→ EXERCISE GOAL:
Set down exactly, from the records below, the line with "face PLANE(AX(P(0,0,0),D(0,1,0),D(-1,0,0))) rev" through the line with "# FreeCAD 1.0 macro for this part", and nothing else.

→ RECORDS PROVIDED:
--- START ---
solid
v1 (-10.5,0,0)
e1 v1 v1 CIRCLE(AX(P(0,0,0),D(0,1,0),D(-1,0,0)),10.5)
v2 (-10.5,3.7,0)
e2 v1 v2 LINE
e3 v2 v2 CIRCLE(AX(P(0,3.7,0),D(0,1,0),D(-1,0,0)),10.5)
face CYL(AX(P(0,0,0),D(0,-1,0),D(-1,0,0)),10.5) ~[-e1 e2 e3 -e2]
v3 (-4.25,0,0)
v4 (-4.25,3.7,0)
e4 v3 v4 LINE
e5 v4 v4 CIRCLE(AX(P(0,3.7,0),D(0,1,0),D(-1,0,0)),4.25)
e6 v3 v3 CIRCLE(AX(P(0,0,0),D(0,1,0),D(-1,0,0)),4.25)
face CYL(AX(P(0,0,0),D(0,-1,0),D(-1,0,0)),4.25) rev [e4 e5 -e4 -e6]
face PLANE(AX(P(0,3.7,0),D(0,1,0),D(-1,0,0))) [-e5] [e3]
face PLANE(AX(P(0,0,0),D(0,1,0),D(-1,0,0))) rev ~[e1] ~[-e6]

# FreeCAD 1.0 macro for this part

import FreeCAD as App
import Part
import Sketcher
Q = App.Units.Quantity

doc = App.newDocument("Part")
body = doc.addObject("PartDesign::Body", "Body")

# Sketch on XZ plane
sketch1 = body.newObject("Sketcher::SketchObject", "Sketch")
sketch1.AttachmentSupport = (doc.getObject("XZ_Plane"), [""])
sketch1.MapMode = "FlatFace"
sketch1.addGeometry([
    Part.Circle(App.Vector(0, 0, 0), App.Vector(0, 0, 1), 10.5),
    Part.Circle(App.Vector(0, 0, 0), App.Vector(0, 0, 1), 4.2),
], False)
sketch1.addConstraint([
    Sketcher.Constraint("Coincident", 0, 3, -1, 1),
    Sketcher.Constraint("Coincident", 1, 3, -1, 1),
    Sketcher.Constraint("Diameter", 0, Q("21 mm")),
    Sketcher.Constraint("Diameter", 1, Q("8.5 mm")),
])
pad1 = body.newObject("PartDesign::Pad", "Pad")
pad1.Profile = sketch1
pad1.Length = 3.7
pad1.Reversed = True

doc.recompute()
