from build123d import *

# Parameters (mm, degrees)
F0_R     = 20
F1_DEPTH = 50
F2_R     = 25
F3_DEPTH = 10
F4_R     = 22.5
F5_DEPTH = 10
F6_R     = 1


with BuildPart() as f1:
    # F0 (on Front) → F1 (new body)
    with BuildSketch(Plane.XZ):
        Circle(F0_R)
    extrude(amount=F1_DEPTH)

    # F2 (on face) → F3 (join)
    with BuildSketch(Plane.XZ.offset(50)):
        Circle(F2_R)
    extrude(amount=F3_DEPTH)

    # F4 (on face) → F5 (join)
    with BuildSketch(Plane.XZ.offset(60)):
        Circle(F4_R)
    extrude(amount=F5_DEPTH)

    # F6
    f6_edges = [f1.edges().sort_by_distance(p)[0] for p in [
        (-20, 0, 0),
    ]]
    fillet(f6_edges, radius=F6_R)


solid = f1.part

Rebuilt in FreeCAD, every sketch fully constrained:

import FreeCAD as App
import Part
import Sketcher

V = App.Vector


def edges_at(feature, points):
    """Names of the edges that pass closest to the given points."""
    edges = feature.Shape.Edges
    near = lambda p: min(range(len(edges)), key=lambda i: edges[i].distToShape(Part.Vertex(*p))[0])
    return sorted({f"Edge{near(p) + 1}" for p in points})

doc = App.newDocument("Part")
body = doc.addObject("PartDesign::Body", "Body")

# Sketch on XZ plane
sketch1 = body.newObject("Sketcher::SketchObject", "Sketch")
sketch1.AttachmentSupport = (doc.getObject("XZ_Plane"), [""])
sketch1.MapMode = "FlatFace"
sketch1.addGeometry(Part.Circle(V(0, 0, 0), V(0, 0, 1), 20), False)
sketch1.addConstraint(Sketcher.Constraint("Coincident", 0, 3, -1, 1))
sketch1.addConstraint(Sketcher.Constraint("Diameter", 0, 40.0))
pad1 = body.newObject("PartDesign::Pad", "Pad")
pad1.Profile = sketch1
pad1.Length = 50

# Sketch on XZ plane
sketch2 = body.newObject("Sketcher::SketchObject", "Sketch001")
sketch2.AttachmentSupport = (doc.getObject("XZ_Plane"), [""])
sketch2.MapMode = "FlatFace"
sketch2.AttachmentOffset = App.Placement(V(0, 0, 50), App.Rotation())
sketch2.addGeometry(Part.Circle(V(0, 0, 0), V(0, 0, 1), 25), False)
sketch2.addConstraint(Sketcher.Constraint("Coincident", 0, 3, -1, 1))
sketch2.addConstraint(Sketcher.Constraint("Diameter", 0, 50.0))
pad2 = body.newObject("PartDesign::Pad", "Pad001")
pad2.Profile = sketch2
pad2.Length = 10

# Sketch on XZ plane
sketch3 = body.newObject("Sketcher::SketchObject", "Sketch002")
sketch3.AttachmentSupport = (doc.getObject("XZ_Plane"), [""])
sketch3.MapMode = "FlatFace"
sketch3.AttachmentOffset = App.Placement(V(0, 0, 60), App.Rotation())
sketch3.addGeometry(Part.Circle(V(0, 0, 0), V(0, 0, 1), 22), False)
sketch3.addConstraint(Sketcher.Constraint("Coincident", 0, 3, -1, 1))
sketch3.addConstraint(Sketcher.Constraint("Diameter", 0, 45.0))
pad3 = body.newObject("PartDesign::Pad", "Pad002")
pad3.Profile = sketch3
pad3.Length = 10
doc.recompute()

fillet = body.newObject("PartDesign::Fillet", "Fillet")
fillet.Base = (pad3, edges_at(pad3, [(-20, 0, 0)]))
fillet.Radius = 1

doc.recompute()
--- END ---
→ ANSWER FOR THE TASK:
face PLANE(AX(P(0,0,0),D(0,1,0),D(-1,0,0))) rev ~[e1] ~[-e6]

# FreeCAD 1.0 macro for this part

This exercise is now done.